Your job with the data below is to output exactly the lines from the one holding "f 288 294 290" down to the one holding "f 345 11 13", both included, and no others.

=====

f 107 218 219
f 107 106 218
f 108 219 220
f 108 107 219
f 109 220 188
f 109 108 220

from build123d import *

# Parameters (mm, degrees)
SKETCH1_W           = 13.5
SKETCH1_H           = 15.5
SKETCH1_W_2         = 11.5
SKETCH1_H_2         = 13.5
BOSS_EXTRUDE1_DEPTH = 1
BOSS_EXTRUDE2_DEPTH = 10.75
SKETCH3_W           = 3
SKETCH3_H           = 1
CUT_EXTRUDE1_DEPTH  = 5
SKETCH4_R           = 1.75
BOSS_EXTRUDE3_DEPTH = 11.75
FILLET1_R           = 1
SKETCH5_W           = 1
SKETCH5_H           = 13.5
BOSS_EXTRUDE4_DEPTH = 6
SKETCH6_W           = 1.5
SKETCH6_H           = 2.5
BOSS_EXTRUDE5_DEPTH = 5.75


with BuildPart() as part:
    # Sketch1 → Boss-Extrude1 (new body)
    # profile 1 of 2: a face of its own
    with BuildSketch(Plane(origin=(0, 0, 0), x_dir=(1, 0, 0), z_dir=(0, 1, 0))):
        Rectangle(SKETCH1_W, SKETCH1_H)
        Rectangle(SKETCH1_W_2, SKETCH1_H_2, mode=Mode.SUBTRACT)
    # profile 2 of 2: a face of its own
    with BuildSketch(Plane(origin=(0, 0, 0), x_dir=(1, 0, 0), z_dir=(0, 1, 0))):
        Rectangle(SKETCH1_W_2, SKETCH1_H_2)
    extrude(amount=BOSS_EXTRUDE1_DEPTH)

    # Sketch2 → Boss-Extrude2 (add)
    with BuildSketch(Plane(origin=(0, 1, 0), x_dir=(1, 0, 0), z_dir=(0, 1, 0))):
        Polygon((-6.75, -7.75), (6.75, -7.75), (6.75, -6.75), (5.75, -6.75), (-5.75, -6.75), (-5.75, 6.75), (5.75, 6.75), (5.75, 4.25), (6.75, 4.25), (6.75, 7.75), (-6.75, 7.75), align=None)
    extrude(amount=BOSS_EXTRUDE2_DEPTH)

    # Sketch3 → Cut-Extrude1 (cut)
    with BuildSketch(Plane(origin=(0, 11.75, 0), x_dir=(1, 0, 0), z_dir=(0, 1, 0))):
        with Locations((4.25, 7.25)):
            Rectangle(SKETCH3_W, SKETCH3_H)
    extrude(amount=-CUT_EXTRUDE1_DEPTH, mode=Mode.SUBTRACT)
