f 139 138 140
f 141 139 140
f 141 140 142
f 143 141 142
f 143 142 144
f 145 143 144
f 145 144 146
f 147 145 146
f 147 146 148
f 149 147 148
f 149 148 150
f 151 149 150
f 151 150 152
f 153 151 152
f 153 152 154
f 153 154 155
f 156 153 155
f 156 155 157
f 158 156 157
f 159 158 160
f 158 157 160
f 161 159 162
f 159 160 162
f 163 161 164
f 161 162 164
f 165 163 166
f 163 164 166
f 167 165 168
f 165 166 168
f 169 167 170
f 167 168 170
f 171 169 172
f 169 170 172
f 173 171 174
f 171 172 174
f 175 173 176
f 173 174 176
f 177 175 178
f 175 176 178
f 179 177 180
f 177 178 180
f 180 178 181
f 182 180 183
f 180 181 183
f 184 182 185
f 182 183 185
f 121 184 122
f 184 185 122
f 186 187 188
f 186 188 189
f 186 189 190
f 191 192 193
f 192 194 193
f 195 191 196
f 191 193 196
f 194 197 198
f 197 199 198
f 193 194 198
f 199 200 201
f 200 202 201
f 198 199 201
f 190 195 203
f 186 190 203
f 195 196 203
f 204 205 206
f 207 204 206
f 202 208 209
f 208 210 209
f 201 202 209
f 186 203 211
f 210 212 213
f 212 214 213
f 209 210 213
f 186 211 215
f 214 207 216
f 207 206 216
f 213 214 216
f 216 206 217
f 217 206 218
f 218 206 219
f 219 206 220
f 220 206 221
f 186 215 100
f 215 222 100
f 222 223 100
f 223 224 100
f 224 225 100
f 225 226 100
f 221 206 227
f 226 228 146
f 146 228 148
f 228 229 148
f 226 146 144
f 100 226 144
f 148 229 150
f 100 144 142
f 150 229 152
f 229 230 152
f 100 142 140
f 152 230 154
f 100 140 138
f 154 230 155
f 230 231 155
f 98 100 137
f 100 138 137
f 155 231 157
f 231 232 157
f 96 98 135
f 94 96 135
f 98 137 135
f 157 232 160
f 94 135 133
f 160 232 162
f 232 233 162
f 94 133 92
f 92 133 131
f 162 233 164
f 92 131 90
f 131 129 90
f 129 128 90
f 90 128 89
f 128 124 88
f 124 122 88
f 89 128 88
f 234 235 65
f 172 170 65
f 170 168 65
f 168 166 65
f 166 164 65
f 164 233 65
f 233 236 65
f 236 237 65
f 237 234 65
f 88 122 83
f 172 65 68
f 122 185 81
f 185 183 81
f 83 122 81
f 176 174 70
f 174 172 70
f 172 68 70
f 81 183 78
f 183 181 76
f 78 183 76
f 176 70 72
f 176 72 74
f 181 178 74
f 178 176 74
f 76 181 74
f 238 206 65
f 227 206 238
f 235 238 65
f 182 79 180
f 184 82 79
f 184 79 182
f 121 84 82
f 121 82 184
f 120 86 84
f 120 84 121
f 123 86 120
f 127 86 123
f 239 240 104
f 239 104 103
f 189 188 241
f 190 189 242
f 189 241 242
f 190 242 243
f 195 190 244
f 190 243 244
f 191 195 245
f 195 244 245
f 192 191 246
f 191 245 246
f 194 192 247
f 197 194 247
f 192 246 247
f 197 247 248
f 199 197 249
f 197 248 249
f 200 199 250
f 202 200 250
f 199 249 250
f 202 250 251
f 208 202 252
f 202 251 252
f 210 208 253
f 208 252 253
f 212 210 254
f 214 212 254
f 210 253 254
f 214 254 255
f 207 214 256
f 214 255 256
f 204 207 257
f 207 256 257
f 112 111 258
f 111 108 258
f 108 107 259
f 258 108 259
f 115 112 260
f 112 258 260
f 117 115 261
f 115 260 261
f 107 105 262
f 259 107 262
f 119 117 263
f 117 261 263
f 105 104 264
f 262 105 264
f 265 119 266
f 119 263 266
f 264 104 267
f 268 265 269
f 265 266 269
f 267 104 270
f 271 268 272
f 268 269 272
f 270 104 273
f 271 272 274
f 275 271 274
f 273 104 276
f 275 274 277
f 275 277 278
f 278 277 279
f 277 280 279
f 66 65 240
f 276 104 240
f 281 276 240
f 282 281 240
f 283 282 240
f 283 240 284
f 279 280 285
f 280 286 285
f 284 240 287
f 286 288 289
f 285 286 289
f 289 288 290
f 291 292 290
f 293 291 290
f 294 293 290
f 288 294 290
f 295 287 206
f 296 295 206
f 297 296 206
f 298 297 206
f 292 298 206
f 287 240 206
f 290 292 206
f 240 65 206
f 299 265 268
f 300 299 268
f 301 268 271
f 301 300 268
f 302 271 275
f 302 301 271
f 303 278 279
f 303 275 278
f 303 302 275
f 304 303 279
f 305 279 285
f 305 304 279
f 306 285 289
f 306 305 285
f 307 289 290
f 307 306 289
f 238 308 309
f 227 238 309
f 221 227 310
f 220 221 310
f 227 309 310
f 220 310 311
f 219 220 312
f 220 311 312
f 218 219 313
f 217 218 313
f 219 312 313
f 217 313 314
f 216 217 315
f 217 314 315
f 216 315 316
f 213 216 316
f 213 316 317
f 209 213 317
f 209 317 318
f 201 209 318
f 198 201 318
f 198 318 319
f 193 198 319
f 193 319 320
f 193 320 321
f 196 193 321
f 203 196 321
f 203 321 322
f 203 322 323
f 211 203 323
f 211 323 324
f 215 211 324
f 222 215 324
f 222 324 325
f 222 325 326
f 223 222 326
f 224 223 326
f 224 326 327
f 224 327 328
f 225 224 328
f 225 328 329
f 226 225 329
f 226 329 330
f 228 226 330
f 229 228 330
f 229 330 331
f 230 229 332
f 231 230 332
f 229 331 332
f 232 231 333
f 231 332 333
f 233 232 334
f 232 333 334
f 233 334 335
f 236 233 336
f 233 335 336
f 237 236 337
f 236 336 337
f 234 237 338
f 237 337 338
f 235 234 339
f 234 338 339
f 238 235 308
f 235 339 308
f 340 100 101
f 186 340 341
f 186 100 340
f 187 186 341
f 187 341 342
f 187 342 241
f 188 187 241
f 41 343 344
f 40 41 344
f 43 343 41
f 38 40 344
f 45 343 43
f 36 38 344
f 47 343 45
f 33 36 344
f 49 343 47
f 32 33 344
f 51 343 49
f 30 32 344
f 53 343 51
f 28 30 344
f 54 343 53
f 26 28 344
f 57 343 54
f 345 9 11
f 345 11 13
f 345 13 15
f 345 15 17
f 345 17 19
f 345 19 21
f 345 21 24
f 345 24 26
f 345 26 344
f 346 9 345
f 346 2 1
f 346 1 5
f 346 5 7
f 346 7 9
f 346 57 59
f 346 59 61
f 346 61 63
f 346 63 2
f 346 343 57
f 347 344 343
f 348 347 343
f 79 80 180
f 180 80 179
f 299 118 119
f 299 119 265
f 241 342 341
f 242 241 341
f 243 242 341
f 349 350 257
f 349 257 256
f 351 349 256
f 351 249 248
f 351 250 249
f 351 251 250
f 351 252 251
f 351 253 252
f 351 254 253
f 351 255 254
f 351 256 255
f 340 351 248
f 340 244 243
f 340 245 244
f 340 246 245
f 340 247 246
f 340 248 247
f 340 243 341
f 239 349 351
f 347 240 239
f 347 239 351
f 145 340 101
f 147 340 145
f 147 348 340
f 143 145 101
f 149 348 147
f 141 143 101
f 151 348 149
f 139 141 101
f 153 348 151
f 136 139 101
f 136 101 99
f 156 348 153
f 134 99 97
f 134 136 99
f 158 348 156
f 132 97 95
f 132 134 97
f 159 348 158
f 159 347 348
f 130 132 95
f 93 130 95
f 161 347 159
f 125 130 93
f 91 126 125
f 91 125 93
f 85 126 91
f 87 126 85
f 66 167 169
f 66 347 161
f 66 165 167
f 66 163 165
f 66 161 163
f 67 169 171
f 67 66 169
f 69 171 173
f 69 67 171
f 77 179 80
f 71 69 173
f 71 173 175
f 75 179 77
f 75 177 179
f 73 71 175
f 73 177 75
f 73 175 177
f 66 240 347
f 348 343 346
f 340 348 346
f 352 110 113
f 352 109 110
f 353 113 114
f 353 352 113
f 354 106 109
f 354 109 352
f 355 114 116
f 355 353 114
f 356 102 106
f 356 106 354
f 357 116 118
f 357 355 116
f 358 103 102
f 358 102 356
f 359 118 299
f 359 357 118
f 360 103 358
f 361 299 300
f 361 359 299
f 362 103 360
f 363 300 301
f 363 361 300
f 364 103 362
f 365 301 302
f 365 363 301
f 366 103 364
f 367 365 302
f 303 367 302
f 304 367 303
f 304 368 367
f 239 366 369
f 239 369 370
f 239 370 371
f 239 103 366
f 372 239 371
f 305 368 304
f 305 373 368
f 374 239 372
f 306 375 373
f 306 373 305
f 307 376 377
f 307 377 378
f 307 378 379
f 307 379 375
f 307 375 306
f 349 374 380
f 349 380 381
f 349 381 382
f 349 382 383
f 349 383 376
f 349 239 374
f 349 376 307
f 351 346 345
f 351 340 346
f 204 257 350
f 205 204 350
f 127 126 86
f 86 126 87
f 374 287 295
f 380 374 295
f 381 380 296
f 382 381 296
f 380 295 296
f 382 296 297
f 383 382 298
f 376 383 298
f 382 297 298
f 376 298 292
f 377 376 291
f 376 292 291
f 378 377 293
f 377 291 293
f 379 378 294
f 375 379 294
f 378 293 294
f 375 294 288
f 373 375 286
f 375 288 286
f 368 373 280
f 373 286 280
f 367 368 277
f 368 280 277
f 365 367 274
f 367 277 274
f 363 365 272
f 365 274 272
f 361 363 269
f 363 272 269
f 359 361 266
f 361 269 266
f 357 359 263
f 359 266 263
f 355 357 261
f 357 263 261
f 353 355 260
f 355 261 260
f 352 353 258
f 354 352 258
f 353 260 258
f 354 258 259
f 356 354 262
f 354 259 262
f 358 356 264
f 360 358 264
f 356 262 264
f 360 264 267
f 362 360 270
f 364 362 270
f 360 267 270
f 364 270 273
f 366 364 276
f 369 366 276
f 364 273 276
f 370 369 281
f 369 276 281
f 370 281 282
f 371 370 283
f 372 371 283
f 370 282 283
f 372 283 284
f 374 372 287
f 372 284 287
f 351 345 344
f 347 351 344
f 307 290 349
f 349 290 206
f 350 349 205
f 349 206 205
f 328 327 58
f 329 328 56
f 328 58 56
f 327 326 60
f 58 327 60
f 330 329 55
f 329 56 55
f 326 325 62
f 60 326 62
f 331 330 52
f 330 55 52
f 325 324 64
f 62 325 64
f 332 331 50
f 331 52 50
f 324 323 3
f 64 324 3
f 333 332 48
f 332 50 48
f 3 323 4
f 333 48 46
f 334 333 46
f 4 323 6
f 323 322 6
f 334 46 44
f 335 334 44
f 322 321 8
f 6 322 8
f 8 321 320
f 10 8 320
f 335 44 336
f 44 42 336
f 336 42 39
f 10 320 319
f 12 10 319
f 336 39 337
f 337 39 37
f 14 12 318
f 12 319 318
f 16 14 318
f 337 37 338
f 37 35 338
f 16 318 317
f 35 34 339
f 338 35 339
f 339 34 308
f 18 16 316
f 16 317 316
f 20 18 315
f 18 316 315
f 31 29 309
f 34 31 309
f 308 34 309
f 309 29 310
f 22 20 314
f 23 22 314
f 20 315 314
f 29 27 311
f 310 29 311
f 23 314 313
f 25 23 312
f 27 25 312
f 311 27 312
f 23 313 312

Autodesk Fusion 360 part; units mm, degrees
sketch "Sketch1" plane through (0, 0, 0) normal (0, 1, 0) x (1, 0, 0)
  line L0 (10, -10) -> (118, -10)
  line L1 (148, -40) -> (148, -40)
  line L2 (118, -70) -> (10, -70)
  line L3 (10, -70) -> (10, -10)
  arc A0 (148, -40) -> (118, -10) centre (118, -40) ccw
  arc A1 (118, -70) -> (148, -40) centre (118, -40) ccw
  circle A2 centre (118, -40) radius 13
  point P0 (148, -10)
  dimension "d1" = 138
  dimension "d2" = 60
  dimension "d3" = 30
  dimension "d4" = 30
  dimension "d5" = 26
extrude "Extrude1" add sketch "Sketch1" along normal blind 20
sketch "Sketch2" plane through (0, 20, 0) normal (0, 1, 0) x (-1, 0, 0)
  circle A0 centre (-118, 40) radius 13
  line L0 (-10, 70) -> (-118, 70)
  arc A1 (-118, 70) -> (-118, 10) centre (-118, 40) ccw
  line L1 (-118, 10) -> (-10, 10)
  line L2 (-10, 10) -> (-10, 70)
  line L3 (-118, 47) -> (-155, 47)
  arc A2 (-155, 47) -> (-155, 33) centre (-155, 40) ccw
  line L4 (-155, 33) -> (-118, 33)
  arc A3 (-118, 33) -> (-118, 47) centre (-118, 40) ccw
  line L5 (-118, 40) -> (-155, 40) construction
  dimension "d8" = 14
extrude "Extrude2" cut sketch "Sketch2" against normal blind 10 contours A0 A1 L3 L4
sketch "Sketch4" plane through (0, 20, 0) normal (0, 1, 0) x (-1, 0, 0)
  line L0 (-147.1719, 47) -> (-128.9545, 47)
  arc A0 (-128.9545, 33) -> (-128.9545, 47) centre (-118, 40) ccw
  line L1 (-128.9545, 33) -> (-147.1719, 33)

=====

## YOUR SOLUTION
f 288 294 290
f 295 287 206
f 296 295 206
f 297 296 206
f 298 297 206
f 292 298 206
f 287 240 206
f 290 292 206
f 240 65 206
f 299 265 268
f 300 299 268
f 301 268 271
f 301 300 268
f 302 271 275
f 302 301 271
f 303 278 279
f 303 275 278
f 303 302 275
f 304 303 279
f 305 279 285
f 305 304 279
f 306 285 289
f 306 305 285
f 307 289 290
f 307 306 289
f 238 308 309
f 227 238 309
f 221 227 310
f 220 221 310
f 227 309 310
f 220 310 311
f 219 220 312
f 220 311 312
f 218 219 313
f 217 218 313
f 219 312 313
f 217 313 314
f 216 217 315
f 217 314 315
f 216 315 316
f 213 216 316
f 213 316 317
f 209 213 317
f 209 317 318
f 201 209 318
f 198 201 318
f 198 318 319
f 193 198 319
f 193 319 320
f 193 320 321
f 196 193 321
f 203 196 321
f 203 321 322
f 203 322 323
f 211 203 323
f 211 323 324
f 215 211 324
f 222 215 324
f 222 324 325
f 222 325 326
f 223 222 326
f 224 223 326
f 224 326 327
f 224 327 328
f 225 224 328
f 225 328 329
f 226 225 329
f 226 329 330
f 228 226 330
f 229 228 330
f 229 330 331
f 230 229 332
f 231 230 332
f 229 331 332
f 232 231 333
f 231 332 333
f 233 232 334
f 232 333 334
f 233 334 335
f 236 233 336
f 233 335 336
f 237 236 337
f 236 336 337
f 234 237 338
f 237 337 338
f 235 234 339
f 234 338 339
f 238 235 308
f 235 339 308
f 340 100 101
f 186 340 341
f 186 100 340
f 187 186 341
f 187 341 342
f 187 342 241
f 188 187 241
f 41 343 344
f 40 41 344
f 43 343 41
f 38 40 344
f 45 343 43
f 36 38 344
f 47 343 45
f 33 36 344
f 49 343 47
f 32 33 344
f 51 343 49
f 30 32 344
f 53 343 51
f 28 30 344
f 54 343 53
f 26 28 344
f 57 343 54
f 345 9 11
f 345 11 13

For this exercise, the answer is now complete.